BLAKE3 slower than SHA-256 for small inputs

Summary

As of 2023-Dec, when comparing the fastest widely available BLAKE3 and SHA-256 implementations, BLAKE3 features worse throughput on x86_64 for message sizes up to ~4kB.

This is due to the fact that libraries for multi-message (batch) hashing exist for SHA-256, but not for BLAKE3. Multi-message hashing is possible on BLAKE3, but requires non-trivial scheduling of operations due to BLAKE3’s tree hash construction.

Theory

SHA-256 and BLAKE3 are hash functions used in the Solana protocol.
BLAKE3 is used for account hashes, SHA-256 for virtually everything else.

Hash functions are commonly compared in single-message benchmarks, which are single-core tests in which one message is hashed at a time. The BLAKE3 paper claims to feature better throughput than SHA-256 for all input sizes in this setting. I could reproduce this result when comparing the BLAKE3 C reference implementation against SHA-256.

Solana, however, uses both hash functions in a way that allows for a high degree of message-level SIMD and ILP parallelism, i.e. hashing multiple messages simultaneously on a single CPU core. In a multi-message benchmark, the hash implementation is given an asymptotically infinite number of messages that can be processed in parallel. We then measure the peak throughput of input bytes per second processed.

Multi-message hashing is the fastest approach for both hash functions for small message sizes (up to ~4kB).

Practice

Usually, the fastest approach is to store each hash state in one or more SIMD registers. The multi-block function executes SIMD instructions that applies each step of the computation to all in-flight hash states.

Ascending to the next layer, the multi-message engine then schedules inputs to the multi-block function. This scheduler can get more complicated than it seems, especially with variable-length messages. It involves initialization of new hash states, appending pieces of message inputs, finalizing output values, and so on.

The relatively simple Merkle–Damgård construction powering SHA-256 makes scheduling manageable. The block function is invoked exactly once per 64 bytes of input data, plus optionally one additional time during finalization.

Indeed, there exist open-source implementations of multi-message SHA-256: minio/sha256-simd in Go, and fd_sha256 in C. Both feature AVX2 and AVX512 backends, in the realm of ~10 Gbps (Zen 2, AVX2) and ~20 Gbps (Icelake Server, AVX512) per-core peak throughput respectively on recent x86_64 CPUs. Peak throughput is reached for message sizes (64*(n-1))+55.

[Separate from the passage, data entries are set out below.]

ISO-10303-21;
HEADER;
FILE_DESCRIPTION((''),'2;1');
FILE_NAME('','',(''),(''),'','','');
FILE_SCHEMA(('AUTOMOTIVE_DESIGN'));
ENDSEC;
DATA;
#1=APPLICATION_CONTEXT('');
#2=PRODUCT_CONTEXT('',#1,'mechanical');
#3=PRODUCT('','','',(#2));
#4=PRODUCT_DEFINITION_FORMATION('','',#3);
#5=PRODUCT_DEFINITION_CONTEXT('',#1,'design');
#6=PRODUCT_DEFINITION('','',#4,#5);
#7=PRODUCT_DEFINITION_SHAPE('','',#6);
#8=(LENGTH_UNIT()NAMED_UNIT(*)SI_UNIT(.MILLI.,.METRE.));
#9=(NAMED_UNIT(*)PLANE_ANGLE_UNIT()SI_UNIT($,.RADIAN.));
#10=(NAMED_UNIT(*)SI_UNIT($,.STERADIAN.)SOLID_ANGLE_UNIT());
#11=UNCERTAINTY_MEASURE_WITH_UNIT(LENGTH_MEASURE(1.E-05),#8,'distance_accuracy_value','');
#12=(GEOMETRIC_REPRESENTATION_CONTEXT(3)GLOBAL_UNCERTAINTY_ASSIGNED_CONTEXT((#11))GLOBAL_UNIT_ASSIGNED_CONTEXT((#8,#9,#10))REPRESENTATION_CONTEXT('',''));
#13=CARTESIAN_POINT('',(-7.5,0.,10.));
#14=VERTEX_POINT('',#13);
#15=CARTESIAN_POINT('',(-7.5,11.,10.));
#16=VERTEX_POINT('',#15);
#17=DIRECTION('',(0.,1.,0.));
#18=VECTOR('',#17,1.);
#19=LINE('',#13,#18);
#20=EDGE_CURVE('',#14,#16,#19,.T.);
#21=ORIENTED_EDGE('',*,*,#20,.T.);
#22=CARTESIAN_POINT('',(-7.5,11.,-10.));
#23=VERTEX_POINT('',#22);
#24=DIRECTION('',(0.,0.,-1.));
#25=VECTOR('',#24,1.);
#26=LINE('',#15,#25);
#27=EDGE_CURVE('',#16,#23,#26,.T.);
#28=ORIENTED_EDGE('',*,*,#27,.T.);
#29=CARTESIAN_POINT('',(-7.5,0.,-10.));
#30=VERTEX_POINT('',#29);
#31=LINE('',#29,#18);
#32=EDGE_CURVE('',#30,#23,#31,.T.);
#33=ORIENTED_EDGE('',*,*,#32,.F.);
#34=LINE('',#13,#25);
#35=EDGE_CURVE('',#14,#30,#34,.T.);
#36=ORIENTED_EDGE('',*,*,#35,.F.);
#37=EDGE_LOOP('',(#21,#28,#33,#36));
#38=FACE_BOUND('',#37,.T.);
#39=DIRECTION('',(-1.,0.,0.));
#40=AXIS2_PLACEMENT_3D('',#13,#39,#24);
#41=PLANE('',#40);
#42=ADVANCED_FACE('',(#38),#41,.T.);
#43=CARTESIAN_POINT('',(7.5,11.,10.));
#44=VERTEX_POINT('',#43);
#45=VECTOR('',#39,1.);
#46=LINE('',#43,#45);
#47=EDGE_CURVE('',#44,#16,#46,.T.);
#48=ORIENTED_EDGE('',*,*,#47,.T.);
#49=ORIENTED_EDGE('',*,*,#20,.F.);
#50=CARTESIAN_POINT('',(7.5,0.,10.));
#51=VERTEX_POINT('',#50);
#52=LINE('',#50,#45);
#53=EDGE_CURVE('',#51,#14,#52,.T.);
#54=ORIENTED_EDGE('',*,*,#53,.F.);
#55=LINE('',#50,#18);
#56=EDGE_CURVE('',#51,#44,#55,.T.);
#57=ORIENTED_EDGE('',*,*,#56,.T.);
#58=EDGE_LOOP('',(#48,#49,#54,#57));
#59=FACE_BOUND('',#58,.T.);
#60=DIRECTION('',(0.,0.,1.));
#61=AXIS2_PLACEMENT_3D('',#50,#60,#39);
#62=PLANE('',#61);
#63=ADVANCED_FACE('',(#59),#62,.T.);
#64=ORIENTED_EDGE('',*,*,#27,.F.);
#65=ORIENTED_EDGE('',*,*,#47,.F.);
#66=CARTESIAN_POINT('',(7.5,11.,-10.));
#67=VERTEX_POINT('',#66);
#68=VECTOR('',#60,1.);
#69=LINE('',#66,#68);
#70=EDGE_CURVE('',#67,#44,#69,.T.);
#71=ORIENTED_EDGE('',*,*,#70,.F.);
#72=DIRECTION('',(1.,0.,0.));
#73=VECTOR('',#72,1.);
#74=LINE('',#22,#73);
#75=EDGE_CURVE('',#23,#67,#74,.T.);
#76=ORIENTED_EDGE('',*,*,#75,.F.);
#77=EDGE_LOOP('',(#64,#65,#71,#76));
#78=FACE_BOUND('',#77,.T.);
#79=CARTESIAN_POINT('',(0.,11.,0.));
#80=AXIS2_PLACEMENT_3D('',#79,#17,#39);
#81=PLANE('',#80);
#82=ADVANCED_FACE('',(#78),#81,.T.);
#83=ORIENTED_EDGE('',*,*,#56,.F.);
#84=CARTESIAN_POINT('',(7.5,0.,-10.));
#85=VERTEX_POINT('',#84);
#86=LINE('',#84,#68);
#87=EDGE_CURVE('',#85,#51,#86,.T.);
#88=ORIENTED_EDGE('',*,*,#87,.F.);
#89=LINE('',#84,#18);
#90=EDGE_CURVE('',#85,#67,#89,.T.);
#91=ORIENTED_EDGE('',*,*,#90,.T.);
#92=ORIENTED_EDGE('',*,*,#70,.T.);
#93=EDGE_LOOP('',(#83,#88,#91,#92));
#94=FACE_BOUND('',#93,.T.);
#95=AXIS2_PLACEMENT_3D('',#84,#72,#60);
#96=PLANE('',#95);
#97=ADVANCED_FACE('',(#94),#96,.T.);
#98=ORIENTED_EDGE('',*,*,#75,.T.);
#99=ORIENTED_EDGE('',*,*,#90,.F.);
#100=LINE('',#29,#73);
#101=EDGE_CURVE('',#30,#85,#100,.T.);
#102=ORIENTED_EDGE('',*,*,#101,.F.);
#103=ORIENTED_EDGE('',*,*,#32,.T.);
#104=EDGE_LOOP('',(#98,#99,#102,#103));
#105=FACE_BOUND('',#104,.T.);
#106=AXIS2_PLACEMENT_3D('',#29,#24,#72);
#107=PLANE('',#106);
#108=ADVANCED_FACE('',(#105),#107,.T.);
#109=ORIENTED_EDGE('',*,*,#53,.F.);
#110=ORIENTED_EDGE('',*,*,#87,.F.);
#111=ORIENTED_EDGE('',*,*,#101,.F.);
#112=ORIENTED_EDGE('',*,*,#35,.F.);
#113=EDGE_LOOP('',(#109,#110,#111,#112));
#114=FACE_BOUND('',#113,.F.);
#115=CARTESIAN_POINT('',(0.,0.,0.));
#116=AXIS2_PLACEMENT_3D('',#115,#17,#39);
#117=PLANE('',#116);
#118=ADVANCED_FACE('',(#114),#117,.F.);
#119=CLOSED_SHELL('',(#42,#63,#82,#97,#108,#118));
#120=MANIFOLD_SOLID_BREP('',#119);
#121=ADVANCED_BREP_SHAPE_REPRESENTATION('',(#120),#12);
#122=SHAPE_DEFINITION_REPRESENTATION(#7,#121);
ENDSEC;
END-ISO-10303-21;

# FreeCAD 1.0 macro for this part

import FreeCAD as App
import Part
import Sketcher
from FreeCAD import Vector


def add_polygon(sketch, points):
    """Adds a closed chain of lines whose ends are joined by coincident constraints."""
    first, n = sketch.GeometryCount, len(points)
    for a, b in zip(points, points[1:] + points[:1]):
        sketch.addGeometry(Part.LineSegment(App.Vector(*a, 0), App.Vector(*b, 0)), False)
    for i in range(n):
        sketch.addConstraint(Sketcher.Constraint("Coincident", first + i, 2, first + (i + 1) % n, 1))

doc = App.newDocument("Part")
body = doc.addObject("PartDesign::Body", "Body")

sketch1 = body.newObject("Sketcher::SketchObject", "Sketch")
sketch1.AttachmentSupport = (doc.getObject("XZ_Plane"), [""])
sketch1.MapMode = "FlatFace"
add_polygon(sketch1, [(-7.5, 10), (7.5, 10), (7.5, -10), (-7.5, -10)])
sketch1.addConstraint([
    Sketcher.Constraint("Horizontal", 0),
    Sketcher.Constraint("Vertical", 1),
    Sketcher.Constraint("Horizontal", 2),
    Sketcher.Constraint("Vertical", 3),
    Sketcher.Constraint("Symmetric", 0, 2, 2, 2, -1, 1),
    Sketcher.Constraint("DistanceX", 0, 1, 0, 2, 15.0),
    Sketcher.Constraint("DistanceY", 1, 2, 1, 1, 20.0),
])
pad1 = body.newObject("PartDesign::Pad", "Pad")
pad1.Profile = sketch1
pad1.Length = 11
pad1.Reversed = True

doc.recompute()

The BLAKE3 hash function is implemented C, Rust, and Go. All three are highly optimized toward large message hashing. But currently, none support parallel hashing of small independent messages.

The following compares fd_sha256 vs BLAKE3-C throughput for multi-message hashing in AVX512 mode. The input size is (64*n)-9 for SHA-256 and 64*n for BLAKE3 (to account for SHA’s padding).

n SHA-256 (Gbps) BLAKE3 (Gbps) Delta
1 7.6 3.8 -50%
2 8.9 5.1 -43%
4 9.7 6.1 -37%
8 10.1 6.8 -33%
16 10.3 7.2 -30%
32 10.5 7.0 -33%
64 10.5 12.3 +17%
128 10.5 22.5 +114%

Plans

BLAKE3 is a core part of the Solana runtime and this is unlikely to change soon.

I will attempt to introduce multi-message hashing for BLAKE3 and will post findings in this thread. The scheduling required for multi-message mode is much more complicated in BLAKE3 due to its hash tree construction, so I don’t expect a linear speedup.

3 Likes

Python PoC of multi-message parallel scheduling: blake3-parallel-scheduler/batch.py at main · ripatel-fd/blake3-parallel-scheduler · GitHub

The work was worth it, it seems. First results show that fd_blake3 is 3.4x faster for the 1024 byte case.